Very nice review--looks like a great watch--interesting to see the broad block tritium lumes--thanks!!


----------



## gtuck

Excellent review....Thank you!


----------



## Alysandir

Very good review. I also briefly considered the Marvelight (albeit with the grey dial), but the bracelet was simply too blingy for my tastes and I really did not care for the cyclops bubble. But the tritium "bar" indices I liked very much, which in part led me to the SDII.

Regards,
Alysandir

P.S. I completely understand where you're coming from on the lume, as I wear my Ball in bed as well. It's an awesome feeling to be able to read your watch at 4am.


----------



## Betterthere

Well written review. You have a way with your sentences.

The EIIGB is 43mm with same mvmt yet only 12.35 mm high I believe.


----------



## christam

A detailed review which must have taken some time to write.

I've got the same watch and love it. It was the first Ball I purchased and I've just bought my third. The Marvelight is the only one I keep permanently on a bracelet. I also wear my watches to bed and love the fact that it's so easy to read the time on any of the Ball watches at any time of the day or night.


----------



## Nokie

Very good review. If it did not have the cyclops on it, I would have one in a second. Really nice looking watch.


----------



## Triggers Broom

I feel the same way about the bracelet, it could have been very good, but the raised polished centre links and non tapered bracelet have let down an otherwise good watch.


----------



## timefleas

Nokie said:


> Very good review. If it did not have the cyclops on it, I would have one in a second. Really nice looking watch.


I agree, nix the Cyclops, place the date window less intrusively elsewhere and have an hour marker bar at the site of the missing 3, and this one would be hard to pass up.


----------



## BBBButter

timefleas said:


> I agree, nix the Cyclops, place the date window less intrusively elsewhere and have an hour marker bar at the site of the missing 3, and this one would be hard to pass up.


Interesting, while the elimination of the magnifier and the introduction of an hour marker at the 3 o'clock location would benefit the symmetry overall appearance of the watch, I'm just not sure where they could put the date.

In other models they move it to a 4:30 orientation, but I feel that is a somewhat sloppy design compromise that sacrifices any symmetry gained.

Perhaps moving to a 6 o'clock orientation with a smaller tritium hour maker beneath to maintain symmetry.

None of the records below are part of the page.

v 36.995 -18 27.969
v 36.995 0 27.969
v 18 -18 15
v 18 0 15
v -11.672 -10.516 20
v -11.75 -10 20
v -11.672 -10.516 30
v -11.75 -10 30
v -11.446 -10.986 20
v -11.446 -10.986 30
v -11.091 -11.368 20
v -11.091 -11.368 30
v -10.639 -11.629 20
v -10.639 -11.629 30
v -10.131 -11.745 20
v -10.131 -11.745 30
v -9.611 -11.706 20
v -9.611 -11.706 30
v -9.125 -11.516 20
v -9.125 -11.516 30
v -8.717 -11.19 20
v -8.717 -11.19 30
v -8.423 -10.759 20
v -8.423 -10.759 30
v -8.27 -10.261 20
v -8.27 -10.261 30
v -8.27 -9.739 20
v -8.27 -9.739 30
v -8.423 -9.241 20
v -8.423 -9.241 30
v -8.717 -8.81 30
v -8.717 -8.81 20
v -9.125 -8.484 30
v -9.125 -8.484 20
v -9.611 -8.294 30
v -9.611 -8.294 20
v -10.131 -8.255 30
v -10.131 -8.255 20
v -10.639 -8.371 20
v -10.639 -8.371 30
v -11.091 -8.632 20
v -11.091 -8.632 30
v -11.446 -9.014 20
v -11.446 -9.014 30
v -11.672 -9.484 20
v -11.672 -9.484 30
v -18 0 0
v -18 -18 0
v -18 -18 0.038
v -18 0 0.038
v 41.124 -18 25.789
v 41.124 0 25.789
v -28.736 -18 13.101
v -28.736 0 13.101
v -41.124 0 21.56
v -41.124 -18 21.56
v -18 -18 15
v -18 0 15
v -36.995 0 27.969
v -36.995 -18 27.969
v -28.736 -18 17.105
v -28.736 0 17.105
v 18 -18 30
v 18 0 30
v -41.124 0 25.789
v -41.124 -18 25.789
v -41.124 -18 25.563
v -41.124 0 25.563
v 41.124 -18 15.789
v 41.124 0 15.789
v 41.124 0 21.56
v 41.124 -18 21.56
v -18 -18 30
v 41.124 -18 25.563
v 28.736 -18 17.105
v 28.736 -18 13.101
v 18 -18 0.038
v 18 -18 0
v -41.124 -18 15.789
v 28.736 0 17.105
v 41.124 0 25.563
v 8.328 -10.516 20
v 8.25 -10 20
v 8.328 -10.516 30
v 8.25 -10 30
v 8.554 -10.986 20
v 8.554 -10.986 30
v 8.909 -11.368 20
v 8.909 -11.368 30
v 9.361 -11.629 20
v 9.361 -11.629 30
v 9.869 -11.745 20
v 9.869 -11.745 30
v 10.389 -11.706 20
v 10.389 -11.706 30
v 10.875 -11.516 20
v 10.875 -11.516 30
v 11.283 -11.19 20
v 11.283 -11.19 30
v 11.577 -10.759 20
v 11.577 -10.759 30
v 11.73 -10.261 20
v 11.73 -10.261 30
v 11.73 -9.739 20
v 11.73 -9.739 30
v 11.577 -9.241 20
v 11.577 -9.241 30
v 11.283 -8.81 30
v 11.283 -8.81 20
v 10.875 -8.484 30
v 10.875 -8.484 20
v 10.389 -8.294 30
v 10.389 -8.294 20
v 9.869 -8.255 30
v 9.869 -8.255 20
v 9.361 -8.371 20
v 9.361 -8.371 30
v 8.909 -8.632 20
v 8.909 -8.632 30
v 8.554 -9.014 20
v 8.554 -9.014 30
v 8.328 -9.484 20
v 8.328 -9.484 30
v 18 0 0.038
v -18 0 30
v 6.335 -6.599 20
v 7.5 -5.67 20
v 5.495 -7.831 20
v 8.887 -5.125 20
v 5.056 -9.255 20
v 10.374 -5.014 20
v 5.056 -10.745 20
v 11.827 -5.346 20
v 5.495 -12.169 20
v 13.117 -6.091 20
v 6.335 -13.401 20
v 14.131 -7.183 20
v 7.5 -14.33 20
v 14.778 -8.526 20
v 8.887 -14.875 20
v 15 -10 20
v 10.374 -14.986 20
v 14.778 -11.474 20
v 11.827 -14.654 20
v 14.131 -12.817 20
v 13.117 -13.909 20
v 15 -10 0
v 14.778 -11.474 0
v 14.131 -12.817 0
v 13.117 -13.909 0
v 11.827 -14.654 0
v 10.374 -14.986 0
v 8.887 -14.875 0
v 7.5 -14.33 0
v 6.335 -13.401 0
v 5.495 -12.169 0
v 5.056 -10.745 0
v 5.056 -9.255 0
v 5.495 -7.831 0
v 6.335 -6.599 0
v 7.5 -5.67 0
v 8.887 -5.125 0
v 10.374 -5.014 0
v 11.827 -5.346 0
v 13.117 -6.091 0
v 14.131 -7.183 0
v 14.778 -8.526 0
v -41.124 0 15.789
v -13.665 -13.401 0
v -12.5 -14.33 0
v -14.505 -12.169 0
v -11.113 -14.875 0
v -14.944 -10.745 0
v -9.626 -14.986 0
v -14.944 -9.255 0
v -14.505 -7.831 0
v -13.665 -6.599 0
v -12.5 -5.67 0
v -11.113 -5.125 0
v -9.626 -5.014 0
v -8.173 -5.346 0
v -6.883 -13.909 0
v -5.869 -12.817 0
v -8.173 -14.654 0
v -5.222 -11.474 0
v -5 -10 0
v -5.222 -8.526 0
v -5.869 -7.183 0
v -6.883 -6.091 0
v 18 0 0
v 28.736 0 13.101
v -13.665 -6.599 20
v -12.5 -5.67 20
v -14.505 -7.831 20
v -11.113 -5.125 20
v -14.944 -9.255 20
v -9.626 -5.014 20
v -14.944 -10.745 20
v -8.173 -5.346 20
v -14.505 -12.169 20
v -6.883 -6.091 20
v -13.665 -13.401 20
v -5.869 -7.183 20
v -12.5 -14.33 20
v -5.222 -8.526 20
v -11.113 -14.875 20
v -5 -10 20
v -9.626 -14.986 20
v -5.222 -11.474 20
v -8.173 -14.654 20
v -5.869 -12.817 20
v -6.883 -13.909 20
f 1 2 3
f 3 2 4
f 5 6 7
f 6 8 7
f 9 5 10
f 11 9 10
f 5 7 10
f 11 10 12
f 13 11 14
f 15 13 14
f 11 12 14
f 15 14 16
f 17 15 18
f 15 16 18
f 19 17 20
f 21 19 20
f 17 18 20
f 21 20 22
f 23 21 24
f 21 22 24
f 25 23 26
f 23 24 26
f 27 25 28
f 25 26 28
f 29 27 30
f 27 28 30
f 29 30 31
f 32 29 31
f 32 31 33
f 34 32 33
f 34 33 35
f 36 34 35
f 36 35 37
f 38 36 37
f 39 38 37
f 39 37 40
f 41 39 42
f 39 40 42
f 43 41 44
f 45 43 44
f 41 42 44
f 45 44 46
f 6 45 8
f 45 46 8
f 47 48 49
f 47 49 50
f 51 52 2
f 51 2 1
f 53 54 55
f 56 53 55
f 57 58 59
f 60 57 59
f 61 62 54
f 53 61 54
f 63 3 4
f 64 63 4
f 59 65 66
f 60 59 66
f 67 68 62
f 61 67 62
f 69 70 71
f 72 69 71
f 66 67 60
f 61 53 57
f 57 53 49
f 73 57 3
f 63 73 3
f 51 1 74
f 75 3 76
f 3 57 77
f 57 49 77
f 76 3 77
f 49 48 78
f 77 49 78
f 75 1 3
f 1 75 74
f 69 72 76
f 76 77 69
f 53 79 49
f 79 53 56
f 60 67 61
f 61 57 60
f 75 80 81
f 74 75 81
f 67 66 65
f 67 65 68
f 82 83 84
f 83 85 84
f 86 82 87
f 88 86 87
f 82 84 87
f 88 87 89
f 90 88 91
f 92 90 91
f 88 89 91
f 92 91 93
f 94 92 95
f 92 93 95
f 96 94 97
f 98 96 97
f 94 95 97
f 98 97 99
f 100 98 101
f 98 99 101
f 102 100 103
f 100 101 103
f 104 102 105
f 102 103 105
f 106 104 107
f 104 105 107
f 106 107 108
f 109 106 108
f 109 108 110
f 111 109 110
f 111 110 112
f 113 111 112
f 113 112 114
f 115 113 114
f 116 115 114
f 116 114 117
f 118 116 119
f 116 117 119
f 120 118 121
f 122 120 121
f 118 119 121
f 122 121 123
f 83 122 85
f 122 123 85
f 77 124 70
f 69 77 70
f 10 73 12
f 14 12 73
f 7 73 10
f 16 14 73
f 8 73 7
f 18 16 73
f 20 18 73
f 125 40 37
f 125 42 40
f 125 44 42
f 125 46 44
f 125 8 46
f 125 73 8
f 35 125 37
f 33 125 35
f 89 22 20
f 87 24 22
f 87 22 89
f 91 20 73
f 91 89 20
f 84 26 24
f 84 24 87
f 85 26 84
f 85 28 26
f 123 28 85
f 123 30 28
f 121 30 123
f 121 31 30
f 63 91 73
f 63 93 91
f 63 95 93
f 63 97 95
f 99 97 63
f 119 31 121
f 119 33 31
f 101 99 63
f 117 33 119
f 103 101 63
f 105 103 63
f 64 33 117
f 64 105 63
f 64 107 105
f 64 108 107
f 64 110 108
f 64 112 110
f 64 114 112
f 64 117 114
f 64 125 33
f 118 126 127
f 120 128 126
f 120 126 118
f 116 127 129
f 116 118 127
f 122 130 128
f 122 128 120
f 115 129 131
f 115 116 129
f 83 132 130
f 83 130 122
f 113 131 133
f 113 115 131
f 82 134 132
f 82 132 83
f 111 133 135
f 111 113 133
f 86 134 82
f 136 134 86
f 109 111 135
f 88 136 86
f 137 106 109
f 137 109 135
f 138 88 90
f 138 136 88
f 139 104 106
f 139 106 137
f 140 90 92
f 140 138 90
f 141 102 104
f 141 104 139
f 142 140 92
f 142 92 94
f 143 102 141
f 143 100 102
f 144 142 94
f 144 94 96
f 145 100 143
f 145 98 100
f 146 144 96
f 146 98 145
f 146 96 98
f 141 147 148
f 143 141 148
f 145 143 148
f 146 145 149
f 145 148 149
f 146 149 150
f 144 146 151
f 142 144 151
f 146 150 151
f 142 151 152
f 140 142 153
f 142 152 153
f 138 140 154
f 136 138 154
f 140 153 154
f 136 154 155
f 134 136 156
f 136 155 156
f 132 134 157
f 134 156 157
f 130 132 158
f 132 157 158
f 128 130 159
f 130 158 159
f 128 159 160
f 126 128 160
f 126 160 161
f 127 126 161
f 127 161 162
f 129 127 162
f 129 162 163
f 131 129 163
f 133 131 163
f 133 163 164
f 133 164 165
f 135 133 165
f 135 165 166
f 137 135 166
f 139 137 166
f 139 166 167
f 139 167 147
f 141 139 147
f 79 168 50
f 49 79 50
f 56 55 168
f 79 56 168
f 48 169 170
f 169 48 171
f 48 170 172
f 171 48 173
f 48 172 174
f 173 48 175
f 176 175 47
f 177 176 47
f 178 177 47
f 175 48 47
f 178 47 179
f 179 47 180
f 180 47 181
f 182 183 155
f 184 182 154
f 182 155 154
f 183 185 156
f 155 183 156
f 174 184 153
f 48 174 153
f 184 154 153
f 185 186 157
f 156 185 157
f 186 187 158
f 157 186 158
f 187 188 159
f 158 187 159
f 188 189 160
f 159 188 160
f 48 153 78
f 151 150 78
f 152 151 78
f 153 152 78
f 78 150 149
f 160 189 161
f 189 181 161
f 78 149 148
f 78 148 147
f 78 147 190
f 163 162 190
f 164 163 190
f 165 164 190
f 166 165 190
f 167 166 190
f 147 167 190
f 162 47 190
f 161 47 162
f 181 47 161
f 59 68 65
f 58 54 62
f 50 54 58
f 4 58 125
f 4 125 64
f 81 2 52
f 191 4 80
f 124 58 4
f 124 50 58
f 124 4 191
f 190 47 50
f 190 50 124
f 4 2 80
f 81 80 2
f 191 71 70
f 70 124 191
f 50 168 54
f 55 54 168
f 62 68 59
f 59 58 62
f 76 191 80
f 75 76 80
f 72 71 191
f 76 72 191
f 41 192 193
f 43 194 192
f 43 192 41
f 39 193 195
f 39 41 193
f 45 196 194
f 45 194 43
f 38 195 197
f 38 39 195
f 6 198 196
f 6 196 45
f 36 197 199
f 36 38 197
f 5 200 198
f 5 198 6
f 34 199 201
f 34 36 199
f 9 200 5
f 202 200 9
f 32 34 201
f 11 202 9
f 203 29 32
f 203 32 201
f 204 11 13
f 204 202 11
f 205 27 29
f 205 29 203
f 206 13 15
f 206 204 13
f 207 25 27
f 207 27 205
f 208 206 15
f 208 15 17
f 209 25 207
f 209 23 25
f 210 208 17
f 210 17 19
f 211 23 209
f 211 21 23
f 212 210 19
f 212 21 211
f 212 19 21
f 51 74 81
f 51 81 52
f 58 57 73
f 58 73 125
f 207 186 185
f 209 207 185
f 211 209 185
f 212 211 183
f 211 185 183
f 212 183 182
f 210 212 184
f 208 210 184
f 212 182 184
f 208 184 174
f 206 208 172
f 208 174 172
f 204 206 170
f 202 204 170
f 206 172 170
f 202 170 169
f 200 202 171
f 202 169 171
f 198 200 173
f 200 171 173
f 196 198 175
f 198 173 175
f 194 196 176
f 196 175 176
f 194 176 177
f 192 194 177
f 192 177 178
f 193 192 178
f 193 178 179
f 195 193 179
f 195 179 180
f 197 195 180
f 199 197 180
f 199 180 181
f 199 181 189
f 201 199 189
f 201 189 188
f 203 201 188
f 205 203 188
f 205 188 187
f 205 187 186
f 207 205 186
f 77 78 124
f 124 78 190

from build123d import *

# Parameters (mm, degrees)
F0_W           = 36
F0_H           = 18
F1_DEPTH       = 15
F3_DEPTH       = 18
F4_DEPTH       = 15
F5_SIZE        = 5
F6_D           = 3.5
F6_CBORE_D     = 10
F6_CBORE_DEPTH = 20


# Not quite as in the source:
# - a feature names something its author has since deleted; it is built from what else it names


with BuildPart() as f1:
    # F0 (on Top) → F1 (new body)
    with BuildSketch(Plane.XY):
        with Locations((0, -9)):
            Rectangle(F0_W, F0_H)
    extrude(amount=F1_DEPTH)

    # F2 (on Front) → F3 (join)
    with BuildSketch(Plane.XZ):
        Polygon((-17.9443880916, 0), (-18, 15), (-41.1238394028, 30.7888584537), (-41.1238394028, 25.5634840578), (-28.7360682942, 17.105167029), (-28.7360682942, 13.1013058126), (-41.1238394028, 21.5596228414), (-41.1238394028, 15.7888584537), align=None)
        Polygon((28.7360682942, 17.105167029), (41.1238394028, 25.5634840578), (41.1238394028, 30.7888584537), (18, 15), (17.9443880916, 0), (41.1238394028, 15.7888584537), (41.1238394028, 21.5596228414), (28.7360682942, 13.1013058126), align=None)
    extrude(amount=F3_DEPTH)

    # F4 (add): a face of the model
    f4_faces = [f1.faces().sort_by_distance(p)[0] for p in [
        (0, -9, 15),
    ]]
    extrude(f4_faces, amount=F4_DEPTH)

    # F5
    f5_edges = [f1.edges().sort_by_distance(p)[0] for p in [
        (41.123839, -9, 30.788858),
        (-41.123839, -9, 30.788858),
    ]]
    chamfer(f5_edges, length=F5_SIZE)

    # F6 (through all)
    with Locations(Plane(origin=(0, 0, 0), x_dir=(1, 0, 0), z_dir=(0, 0, -1))):
        with Locations((-10, 10), (10, 10)):
            CounterBoreHole(F6_D / 2, F6_CBORE_D / 2, F6_CBORE_DEPTH)


solid = f1.part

It would work even better if they could color match the date wheel, though they have yet to do that on any models.

So, I guess the idea would be a move of the date to 6 o'clock, color matched, with a smaller tritium marker beneath, and a full size hour marker at the 3 o'clock for maximum dial symmetry.

Just throwing this out there, but any Ball employees reading this....Marvelight II?

Sent from my SM-N9208 using Tapatalk


----------



## BBBButter

samanator said:


> Hi Great review. This is my favorite EII watch in the current line. I always found it interesting that this and the Date Adjust II Rolex were both announced the same day at Basel.


I've heard that mentioned a few times. Never could get the details. They were both announced the same day at Baselworld 2014? I guess great minds do think alike.

I know the Marvelight has been compared to the Datejust II on many occasions. I hope I get the chance to woo some Rolex fanboys with the tritium and quality of Ball.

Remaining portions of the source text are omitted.